CDI's business model is rational and well-executed. The company took a two-minute race and built a multi-billion dollar entertainment and gaming enterprise around it. That is a remarkable achievement.

But a brand can outlast the ecosystem it depends on, for a while. The thoroughbred breeding industry has been contracting for nearly two decades. Wagering handle has declined in four of the last five years. The number of races run in the US is at a seventy-year low. These are not isolated data points. They are structural trends in an industry competing, on unfavorable terms, against a sports betting market ten times its size.

CDI is investing $300 million in the grandstand at Churchill Downs. The question no one seems to be asking publicly is what that investment assumes about the sport underneath it, and whether those assumptions are still sound.

"The $441 million economic event will happen again next year. The industry that makes it possible is a different calculation entirely."

A NOTE ON THE NUMBERS

Economic impact figure. The $441 million estimate is from Louisville Tourism, as reported by the Lane Report (April 2026). Economic impact figures produced by tourism authorities use multiplier methodologies that are standard practice but not independently verified. The number reflects the generally accepted estimate for Derby Week, not a peer-reviewed calculation.

Handle figures. Total US thoroughbred wagering handle is published by Equibase and reported by BloodHorse and Thoroughbred Daily News. The 57 percent inflation-adjusted decline figure is derived from nominal handle data adjusted to 2003 dollars; this calculation is cited by multiple industry sources including Past the Wire and Thoroughbred Daily News.

CDI financial data. Revenue, EBITDA, and segment breakdowns are from CDI's full-year 2025 earnings release (GlobeNewswire, February 2026) and reported by BloodHorse and Paulick Report. The $160.9 million HRM-driven growth figure and the $0.7 million racetrack EBITDA contribution are from the same earnings release.

Foal crop figures. Registered thoroughbred foal crop data is from The Jockey Club's annual statistical reports. The 2024 figure of approximately 18,000 and the 2025 projection of 17,300 are Jockey Club projections as of 2024 and 2025 respectively, not final confirmed counts.
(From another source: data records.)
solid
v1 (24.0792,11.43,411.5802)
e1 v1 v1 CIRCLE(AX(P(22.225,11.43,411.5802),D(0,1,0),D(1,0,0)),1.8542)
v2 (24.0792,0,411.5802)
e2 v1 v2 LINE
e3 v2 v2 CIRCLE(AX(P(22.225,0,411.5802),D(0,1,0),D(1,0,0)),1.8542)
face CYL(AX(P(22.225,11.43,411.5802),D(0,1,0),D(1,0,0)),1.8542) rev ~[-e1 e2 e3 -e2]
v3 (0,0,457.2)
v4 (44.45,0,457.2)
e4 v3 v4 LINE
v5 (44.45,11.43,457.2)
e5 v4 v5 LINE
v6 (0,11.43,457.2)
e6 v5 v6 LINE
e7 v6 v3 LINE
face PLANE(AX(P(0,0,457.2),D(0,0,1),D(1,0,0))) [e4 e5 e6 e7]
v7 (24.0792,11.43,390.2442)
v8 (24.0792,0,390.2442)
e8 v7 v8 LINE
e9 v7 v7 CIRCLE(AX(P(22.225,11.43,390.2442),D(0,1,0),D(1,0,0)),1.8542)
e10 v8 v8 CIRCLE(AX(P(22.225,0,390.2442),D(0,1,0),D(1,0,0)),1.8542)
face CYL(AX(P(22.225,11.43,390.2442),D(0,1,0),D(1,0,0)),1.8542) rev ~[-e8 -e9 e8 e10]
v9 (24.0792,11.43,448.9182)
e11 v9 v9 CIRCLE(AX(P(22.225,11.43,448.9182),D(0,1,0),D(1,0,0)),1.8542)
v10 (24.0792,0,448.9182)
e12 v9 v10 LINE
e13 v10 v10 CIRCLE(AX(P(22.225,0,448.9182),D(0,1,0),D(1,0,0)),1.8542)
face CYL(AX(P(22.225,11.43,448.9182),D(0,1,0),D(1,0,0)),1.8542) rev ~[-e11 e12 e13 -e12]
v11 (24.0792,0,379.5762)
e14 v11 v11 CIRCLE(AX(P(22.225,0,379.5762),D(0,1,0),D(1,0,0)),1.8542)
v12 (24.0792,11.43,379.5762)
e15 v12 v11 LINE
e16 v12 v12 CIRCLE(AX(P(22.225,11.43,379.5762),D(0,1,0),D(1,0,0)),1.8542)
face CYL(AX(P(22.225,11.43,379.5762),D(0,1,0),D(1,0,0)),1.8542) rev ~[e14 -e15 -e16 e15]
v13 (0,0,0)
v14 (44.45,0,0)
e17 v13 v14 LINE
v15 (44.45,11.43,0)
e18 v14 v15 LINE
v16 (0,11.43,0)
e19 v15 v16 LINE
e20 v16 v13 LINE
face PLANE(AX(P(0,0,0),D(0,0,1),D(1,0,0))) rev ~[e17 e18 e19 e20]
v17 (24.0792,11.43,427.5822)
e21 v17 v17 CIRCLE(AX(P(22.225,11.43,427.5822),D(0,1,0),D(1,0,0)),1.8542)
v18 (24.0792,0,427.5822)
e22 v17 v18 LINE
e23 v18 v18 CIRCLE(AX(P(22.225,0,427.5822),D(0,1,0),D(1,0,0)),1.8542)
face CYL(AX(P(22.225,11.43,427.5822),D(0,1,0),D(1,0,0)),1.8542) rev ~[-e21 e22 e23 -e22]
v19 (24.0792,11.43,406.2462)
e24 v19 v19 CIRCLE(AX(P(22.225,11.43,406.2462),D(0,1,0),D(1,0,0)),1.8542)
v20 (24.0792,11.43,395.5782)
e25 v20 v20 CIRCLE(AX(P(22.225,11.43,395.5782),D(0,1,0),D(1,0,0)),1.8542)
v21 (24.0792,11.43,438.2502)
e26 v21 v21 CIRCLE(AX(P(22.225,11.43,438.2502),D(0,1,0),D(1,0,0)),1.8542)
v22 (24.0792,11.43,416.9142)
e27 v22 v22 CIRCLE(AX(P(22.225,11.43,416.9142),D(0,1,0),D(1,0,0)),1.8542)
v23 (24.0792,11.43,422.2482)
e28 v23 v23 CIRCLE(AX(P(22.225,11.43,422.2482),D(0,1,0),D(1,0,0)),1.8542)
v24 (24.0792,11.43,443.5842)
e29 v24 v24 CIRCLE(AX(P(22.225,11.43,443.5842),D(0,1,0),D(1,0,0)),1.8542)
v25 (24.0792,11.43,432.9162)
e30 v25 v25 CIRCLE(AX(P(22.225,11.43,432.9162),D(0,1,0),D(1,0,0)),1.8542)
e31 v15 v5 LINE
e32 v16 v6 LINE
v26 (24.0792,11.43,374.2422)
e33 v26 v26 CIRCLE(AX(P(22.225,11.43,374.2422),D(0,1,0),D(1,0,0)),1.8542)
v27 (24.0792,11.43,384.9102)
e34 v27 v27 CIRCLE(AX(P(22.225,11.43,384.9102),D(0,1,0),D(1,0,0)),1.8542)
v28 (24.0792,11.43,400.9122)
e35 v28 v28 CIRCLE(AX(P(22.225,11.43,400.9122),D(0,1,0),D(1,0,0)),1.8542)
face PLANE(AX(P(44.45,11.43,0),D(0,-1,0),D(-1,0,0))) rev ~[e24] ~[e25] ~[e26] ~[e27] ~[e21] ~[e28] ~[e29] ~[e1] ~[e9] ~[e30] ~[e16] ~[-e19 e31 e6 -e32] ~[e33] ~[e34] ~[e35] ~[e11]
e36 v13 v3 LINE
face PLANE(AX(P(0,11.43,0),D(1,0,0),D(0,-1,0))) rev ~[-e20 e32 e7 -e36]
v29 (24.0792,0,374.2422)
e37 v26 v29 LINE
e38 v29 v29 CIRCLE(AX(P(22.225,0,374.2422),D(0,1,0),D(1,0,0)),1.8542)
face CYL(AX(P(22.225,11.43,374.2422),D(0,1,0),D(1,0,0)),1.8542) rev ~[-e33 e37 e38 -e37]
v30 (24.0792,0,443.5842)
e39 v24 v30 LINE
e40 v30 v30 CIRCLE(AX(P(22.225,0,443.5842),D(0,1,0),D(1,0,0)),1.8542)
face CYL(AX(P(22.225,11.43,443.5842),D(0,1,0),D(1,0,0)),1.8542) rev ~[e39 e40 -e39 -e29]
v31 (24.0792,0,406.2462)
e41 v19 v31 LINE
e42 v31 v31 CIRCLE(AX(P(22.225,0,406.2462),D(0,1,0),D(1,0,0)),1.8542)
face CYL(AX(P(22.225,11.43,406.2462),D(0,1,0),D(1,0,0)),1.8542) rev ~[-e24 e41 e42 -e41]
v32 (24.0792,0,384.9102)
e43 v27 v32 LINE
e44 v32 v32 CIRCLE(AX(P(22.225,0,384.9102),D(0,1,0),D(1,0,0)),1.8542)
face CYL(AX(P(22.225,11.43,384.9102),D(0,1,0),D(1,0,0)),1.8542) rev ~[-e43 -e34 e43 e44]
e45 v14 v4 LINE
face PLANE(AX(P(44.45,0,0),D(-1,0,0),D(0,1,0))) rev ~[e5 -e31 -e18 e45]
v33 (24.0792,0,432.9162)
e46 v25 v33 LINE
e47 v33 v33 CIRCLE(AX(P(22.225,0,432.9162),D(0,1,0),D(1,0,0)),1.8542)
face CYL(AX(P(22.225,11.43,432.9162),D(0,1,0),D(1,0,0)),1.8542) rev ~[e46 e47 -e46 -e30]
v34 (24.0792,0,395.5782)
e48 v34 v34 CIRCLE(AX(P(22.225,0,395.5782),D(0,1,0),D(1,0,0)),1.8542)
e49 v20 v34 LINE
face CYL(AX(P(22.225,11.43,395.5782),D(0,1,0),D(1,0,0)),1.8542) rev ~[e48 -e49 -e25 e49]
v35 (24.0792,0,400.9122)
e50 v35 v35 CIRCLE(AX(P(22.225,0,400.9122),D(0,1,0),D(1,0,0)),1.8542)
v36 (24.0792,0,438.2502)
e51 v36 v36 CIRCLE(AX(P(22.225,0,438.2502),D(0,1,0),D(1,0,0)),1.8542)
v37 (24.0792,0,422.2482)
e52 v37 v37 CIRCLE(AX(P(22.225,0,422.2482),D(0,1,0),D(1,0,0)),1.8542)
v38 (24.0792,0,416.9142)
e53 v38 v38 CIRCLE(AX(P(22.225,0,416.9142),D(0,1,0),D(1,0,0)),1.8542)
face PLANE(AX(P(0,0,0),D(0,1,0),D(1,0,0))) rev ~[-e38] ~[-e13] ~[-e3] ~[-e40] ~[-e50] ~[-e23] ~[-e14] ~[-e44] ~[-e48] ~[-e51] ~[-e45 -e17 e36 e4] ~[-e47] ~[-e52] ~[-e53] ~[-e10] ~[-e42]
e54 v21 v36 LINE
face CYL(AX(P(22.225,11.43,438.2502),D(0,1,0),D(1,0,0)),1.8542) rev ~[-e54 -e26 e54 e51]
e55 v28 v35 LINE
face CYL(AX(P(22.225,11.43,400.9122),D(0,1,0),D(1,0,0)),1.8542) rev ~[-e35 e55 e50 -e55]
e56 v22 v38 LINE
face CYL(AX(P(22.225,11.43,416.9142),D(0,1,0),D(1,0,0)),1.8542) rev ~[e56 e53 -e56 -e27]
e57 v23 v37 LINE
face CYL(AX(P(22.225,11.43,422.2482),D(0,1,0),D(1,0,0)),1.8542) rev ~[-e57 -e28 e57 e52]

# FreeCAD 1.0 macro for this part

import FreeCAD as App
import Part
import Sketcher

V = App.Vector
Q = App.Units.Quantity

doc = App.newDocument("Part")
body = doc.addObject("PartDesign::Body", "Body")

sketch1 = body.newObject("Sketcher::SketchObject", "Sketch")
sketch1.AttachmentSupport = (doc.getObject("XY_Plane"), [""])
sketch1.MapMode = "FlatFace"
sketch1.addGeometry([
    Part.LineSegment(V(0, 11.43, 0), V(0, 0, 0)),
    Part.LineSegment(V(0, 0, 0), V(44.45, 0, 0)),
    Part.LineSegment(V(44.45, 0, 0), V(44.45, 11.43, 0)),
    Part.LineSegment(V(44.45, 11.43, 0), V(0, 11.43, 0)),
], False)
sketch1.addConstraint([
    Sketcher.Constraint("Coincident", 0, 2, 1, 1),
    Sketcher.Constraint("Coincident", 1, 2, 2, 1),
    Sketcher.Constraint("Coincident", 2, 2, 3, 1),
    Sketcher.Constraint("Coincident", 3, 2, 0, 1),
    Sketcher.Constraint("Vertical", 0),
    Sketcher.Constraint("Horizontal", 1),
    Sketcher.Constraint("Vertical", 2),
    Sketcher.Constraint("Horizontal", 3),
    Sketcher.Constraint("Coincident", 0, 2, -1, 1),
    Sketcher.Constraint("DistanceX", 1, 1, 1, 2, Q("1.75 in")),
    Sketcher.Constraint("DistanceY", 0, 2, 0, 1, Q("0.45 in")),
])
pad1 = body.newObject("PartDesign::Pad", "Pad")
pad1.Profile = sketch1
pad1.Length = Q("18 in")

sketch2 = body.newObject("Sketcher::SketchObject", "Sketch001")
sketch2.AttachmentSupport = (doc.getObject("XZ_Plane"), [""])
sketch2.MapMode = "FlatFace"
sketch2.AttachmentOffset = App.Placement(V(0, 0, -0.45 * 25.4), App.Rotation())
sketch2.addGeometry(Part.Circle(V(22.225, 448.9182, 0), V(0, 0, 1), 1.8542), False)
sketch2.addConstraint([
    Sketcher.Constraint("Diameter", 0, Q("0.146 in")),
    Sketcher.Constraint("DistanceX", -1, 1, 0, 3, Q("0.875 in")),
    Sketcher.Constraint("DistanceY", -1, 1, 0, 3, Q("448.9182 mm")),
])
pocket1 = body.newObject("PartDesign::Pocket", "Pocket")
pocket1.Profile = sketch2
pocket1.Length = Q("1 in")
pocket1.Reversed = True
doc.recompute()

linearpattern = body.newObject("PartDesign::LinearPattern", "LinearPattern")
linearpattern.Originals = [pocket1]
linearpattern.Direction = (doc.getObject("Z_Axis"), [""])
linearpattern.Mode = "offset"
linearpattern.Offset = Q("0.21 in")
linearpattern.Occurrences = 15
linearpattern.Reversed = True
body.Tip = linearpattern

doc.recompute()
Capital investment figures. The $700 million historical figure for capital improvements at Churchill Downs is from the Kentucky Lantern (April 2026). The $300 million grandstand renovation figure is from CDI's December 2025 investor presentation; CDI has separately referenced a $280 to $300 million range for the same project.

Orchid Bertelsen is an equestrian industry analyst and consumer marketing strategist with 20 years of experience in e-commerce and brand strategy. She rides at Grosse Pointe Equestrian in Michigan.